Hi, thank you so much for the quick reply. A few follow up questions:

 

* When I sold some stock 2 yrs ago from this same exercise via a broker who *did* give me a 1099-B, the basis they included in box 1e was the FMV at time of exercise, not the exercise price

 

* When I talked to someone on Turbotax live, they told me to force the basis to be this adjusted basis, because there seemed to be a bug where putting in the box 1e basis and then doing an adjustment was just zero'ing out the basis completely (it wasn't even using the strike price * # of shares)

 

* Reading this article (https://turbotax.intuit.com/tax-tips/investments-and-taxes/incentive-stock-options/L4azWgfwy), I think I see what you mean though.

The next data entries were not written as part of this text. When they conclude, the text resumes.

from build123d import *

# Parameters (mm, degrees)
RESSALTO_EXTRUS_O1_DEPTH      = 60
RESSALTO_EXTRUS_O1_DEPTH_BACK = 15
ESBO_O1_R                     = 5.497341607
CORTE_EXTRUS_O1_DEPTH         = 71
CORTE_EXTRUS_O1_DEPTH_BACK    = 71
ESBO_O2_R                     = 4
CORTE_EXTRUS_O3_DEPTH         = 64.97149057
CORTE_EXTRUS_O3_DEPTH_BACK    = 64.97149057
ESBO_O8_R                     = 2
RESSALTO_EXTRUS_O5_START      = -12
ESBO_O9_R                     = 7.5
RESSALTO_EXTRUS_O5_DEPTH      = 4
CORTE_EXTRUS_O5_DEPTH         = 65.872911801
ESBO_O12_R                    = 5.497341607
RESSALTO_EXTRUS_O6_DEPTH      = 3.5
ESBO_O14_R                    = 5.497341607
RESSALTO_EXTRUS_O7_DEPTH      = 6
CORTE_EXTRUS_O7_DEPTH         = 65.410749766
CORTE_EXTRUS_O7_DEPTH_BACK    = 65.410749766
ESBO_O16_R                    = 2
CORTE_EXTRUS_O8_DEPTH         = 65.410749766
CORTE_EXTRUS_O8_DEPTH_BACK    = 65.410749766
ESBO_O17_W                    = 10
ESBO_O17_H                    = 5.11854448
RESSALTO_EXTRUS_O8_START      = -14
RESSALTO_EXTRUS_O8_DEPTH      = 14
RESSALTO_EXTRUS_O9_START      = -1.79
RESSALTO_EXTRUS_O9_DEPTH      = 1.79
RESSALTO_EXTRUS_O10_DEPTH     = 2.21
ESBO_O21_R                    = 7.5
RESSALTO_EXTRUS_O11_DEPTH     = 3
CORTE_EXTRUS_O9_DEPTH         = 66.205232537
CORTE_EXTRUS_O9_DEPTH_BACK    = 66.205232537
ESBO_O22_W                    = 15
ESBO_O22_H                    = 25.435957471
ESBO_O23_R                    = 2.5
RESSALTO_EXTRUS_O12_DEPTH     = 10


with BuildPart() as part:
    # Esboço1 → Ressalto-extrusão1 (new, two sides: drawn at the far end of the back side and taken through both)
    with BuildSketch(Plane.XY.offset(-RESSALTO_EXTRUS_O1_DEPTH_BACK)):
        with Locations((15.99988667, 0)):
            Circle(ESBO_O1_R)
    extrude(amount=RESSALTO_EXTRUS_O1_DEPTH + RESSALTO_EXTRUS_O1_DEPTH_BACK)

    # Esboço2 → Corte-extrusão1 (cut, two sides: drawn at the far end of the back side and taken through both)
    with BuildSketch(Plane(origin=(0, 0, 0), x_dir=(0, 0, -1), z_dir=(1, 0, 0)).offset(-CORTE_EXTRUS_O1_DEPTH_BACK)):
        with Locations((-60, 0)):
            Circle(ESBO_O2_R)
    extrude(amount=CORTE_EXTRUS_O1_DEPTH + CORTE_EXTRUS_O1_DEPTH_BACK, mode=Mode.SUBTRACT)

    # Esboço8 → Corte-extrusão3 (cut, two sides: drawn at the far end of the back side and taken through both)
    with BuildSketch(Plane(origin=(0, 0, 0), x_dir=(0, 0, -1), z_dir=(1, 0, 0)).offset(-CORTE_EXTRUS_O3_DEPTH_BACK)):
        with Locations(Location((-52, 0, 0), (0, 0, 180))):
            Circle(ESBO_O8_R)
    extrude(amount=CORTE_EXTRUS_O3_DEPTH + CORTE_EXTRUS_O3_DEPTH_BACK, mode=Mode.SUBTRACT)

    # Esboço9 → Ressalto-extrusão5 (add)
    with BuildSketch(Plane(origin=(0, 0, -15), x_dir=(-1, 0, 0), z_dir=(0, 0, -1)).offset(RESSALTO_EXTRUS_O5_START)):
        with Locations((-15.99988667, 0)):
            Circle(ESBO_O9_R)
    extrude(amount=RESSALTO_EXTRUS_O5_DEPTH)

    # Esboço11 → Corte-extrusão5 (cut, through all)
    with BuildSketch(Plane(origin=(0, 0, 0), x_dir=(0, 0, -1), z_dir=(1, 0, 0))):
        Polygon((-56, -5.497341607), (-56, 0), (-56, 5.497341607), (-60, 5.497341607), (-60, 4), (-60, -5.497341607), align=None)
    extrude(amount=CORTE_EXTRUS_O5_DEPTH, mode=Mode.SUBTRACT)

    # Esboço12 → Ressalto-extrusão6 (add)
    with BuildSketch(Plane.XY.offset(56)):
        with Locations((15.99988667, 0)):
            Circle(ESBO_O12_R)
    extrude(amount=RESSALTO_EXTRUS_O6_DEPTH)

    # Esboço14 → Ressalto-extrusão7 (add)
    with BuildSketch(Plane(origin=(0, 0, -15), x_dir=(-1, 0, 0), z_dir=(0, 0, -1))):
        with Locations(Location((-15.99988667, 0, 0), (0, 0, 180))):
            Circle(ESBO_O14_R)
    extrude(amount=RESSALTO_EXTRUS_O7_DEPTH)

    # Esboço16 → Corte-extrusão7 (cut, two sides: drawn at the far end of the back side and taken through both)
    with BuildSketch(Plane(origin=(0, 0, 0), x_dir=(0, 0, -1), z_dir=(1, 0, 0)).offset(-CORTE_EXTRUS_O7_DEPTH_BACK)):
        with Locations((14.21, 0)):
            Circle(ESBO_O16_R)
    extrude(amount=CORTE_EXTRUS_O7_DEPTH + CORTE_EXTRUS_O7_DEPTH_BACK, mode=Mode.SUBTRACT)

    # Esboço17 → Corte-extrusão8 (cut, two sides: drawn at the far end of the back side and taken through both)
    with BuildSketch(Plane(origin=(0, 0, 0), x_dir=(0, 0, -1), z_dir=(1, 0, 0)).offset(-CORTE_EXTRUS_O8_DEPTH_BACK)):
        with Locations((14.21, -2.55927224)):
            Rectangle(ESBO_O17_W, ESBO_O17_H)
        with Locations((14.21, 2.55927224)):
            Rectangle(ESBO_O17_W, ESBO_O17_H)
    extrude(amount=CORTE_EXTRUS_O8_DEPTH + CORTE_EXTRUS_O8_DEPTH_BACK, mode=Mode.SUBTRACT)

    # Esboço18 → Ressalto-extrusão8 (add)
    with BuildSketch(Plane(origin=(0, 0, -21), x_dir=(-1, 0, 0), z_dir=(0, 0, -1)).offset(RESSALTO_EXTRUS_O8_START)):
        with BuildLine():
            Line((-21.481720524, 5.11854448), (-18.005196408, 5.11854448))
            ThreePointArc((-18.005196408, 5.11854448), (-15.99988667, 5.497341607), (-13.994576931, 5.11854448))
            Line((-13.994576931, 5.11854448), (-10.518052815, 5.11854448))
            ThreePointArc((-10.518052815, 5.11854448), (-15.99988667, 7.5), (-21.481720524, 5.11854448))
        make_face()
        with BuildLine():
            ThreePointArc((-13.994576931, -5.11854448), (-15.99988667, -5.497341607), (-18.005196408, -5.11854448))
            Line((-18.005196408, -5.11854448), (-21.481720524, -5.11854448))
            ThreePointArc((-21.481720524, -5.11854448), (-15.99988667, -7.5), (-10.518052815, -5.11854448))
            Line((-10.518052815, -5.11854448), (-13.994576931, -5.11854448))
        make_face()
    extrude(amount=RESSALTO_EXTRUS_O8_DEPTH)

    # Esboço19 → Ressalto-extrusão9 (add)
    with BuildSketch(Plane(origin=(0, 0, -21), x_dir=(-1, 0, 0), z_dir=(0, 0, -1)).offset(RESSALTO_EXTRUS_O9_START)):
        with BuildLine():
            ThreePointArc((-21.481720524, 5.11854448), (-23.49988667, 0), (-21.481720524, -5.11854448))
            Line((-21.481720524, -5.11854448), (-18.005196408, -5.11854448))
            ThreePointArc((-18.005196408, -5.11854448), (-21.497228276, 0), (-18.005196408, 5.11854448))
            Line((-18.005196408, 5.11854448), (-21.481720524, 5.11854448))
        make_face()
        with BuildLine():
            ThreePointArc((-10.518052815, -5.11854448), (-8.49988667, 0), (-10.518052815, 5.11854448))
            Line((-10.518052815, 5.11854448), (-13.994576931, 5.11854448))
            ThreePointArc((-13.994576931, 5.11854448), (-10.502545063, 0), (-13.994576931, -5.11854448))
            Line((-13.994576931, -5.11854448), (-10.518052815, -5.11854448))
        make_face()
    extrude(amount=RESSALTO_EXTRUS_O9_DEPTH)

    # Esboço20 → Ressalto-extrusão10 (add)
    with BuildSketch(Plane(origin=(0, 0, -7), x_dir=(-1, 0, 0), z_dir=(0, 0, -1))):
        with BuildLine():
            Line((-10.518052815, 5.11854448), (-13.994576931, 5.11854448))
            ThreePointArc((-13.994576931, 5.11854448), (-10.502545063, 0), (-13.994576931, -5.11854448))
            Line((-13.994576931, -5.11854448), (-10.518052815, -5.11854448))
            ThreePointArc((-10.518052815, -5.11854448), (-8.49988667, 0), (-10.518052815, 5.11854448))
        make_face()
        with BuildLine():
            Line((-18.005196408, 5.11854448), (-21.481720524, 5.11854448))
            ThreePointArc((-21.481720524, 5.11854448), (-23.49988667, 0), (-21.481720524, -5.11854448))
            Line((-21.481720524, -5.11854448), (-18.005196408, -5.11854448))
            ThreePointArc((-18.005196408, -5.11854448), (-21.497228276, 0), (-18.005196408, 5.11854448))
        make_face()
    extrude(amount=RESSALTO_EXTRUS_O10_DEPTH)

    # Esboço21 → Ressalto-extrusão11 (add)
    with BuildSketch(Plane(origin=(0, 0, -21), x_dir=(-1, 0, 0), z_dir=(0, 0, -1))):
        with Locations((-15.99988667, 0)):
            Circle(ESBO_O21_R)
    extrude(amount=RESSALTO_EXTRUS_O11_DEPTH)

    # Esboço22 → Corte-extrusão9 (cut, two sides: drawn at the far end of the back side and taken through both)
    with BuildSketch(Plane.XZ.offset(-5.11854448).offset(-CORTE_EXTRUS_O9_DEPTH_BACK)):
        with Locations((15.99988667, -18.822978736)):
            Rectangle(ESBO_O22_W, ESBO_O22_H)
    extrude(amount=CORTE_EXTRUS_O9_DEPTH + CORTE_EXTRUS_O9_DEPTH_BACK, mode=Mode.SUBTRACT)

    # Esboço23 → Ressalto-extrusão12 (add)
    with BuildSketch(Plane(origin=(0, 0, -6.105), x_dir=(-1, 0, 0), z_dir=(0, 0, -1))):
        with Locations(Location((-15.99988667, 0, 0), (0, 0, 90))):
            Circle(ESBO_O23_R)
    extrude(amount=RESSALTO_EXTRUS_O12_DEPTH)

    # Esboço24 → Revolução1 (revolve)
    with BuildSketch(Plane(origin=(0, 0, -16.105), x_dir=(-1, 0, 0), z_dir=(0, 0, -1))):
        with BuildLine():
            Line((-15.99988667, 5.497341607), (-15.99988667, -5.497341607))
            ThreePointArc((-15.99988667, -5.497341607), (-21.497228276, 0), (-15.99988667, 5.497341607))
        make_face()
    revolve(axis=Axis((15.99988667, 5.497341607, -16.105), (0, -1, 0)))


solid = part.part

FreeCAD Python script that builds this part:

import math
import FreeCAD as App
import Part
import Sketcher

V = App.Vector
Q = App.Units.Quantity

doc = App.newDocument("Part")
body = doc.addObject("PartDesign::Body", "Body")

sketch1 = body.newObject("Sketcher::SketchObject", "Sketch")
sketch1.AttachmentSupport = (doc.getObject("XY_Plane"), [""])
sketch1.MapMode = "FlatFace"
sketch1.addGeometry(Part.Circle(V(16, 0, 0), V(0, 0, 1), 5), False)
sketch1.addConstraint([
    Sketcher.Constraint("PointOnObject", 0, 3, -1),
    Sketcher.Constraint("Diameter", 0, Q("10.994683 mm")),
    Sketcher.Constraint("DistanceX", -1, 1, 0, 3, Q("15.999887 mm")),
])
pad1 = body.newObject("PartDesign::Pad", "Pad")
pad1.Profile = sketch1
pad1.Type = "TwoLengths"
pad1.Length = 60
pad1.Length2 = 15

sketch2 = body.newObject("Sketcher::SketchObject", "Sketch001")
sketch2.AttachmentSupport = (doc.getObject("YZ_Plane"), [""])
sketch2.MapMode = "FlatFace"
sketch2.addGeometry(Part.Circle(V(0, 60, 0), V(0, 0, 1), 4), False)
sketch2.addConstraint([
    Sketcher.Constraint("PointOnObject", 0, 3, -2),
    Sketcher.Constraint("Diameter", 0, Q("8 mm")),
    Sketcher.Constraint("DistanceY", -1, 1, 0, 3, Q("60 mm")),
])
pocket1 = body.newObject("PartDesign::Pocket", "Pocket")
pocket1.Profile = sketch2
pocket1.Type = "ThroughAll"
pocket1.Midplane = True

sketch3 = body.newObject("Sketcher::SketchObject", "Sketch002")
sketch3.AttachmentSupport = (doc.getObject("YZ_Plane"), [""])
sketch3.MapMode = "FlatFace"
sketch3.addGeometry(Part.Circle(V(0, 52, 0), V(0, 0, 1), 2), False)
sketch3.addConstraint([
    Sketcher.Constraint("PointOnObject", 0, 3, -2),
    Sketcher.Constraint("Diameter", 0, Q("4 mm")),
    Sketcher.Constraint("DistanceY", -1, 1, 0, 3, Q("52 mm")),
])
pocket2 = body.newObject("PartDesign::Pocket", "Pocket001")
pocket2.Profile = sketch3
pocket2.Type = "ThroughAll"
pocket2.Midplane = True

Is it that the double tax on the spread b/w exercise price & fair market value is taken care of via an AMT adjustment?

 

KrisD15
Expert Alumni

Recording sale of ISO without a 1099-B

It means that if in the year you exercised the option, you were subject to AMT, you would have had to claim the spread (discount) for AMT that year.

In the year you sell, the basis is the Strike Price (FMV less Discount) 

HOWEVER

if in the year you sell, you are again subject to AMT, the basis for AMT is just the FMV because you already accounted for the discount the year you exercised the option (for AMT only)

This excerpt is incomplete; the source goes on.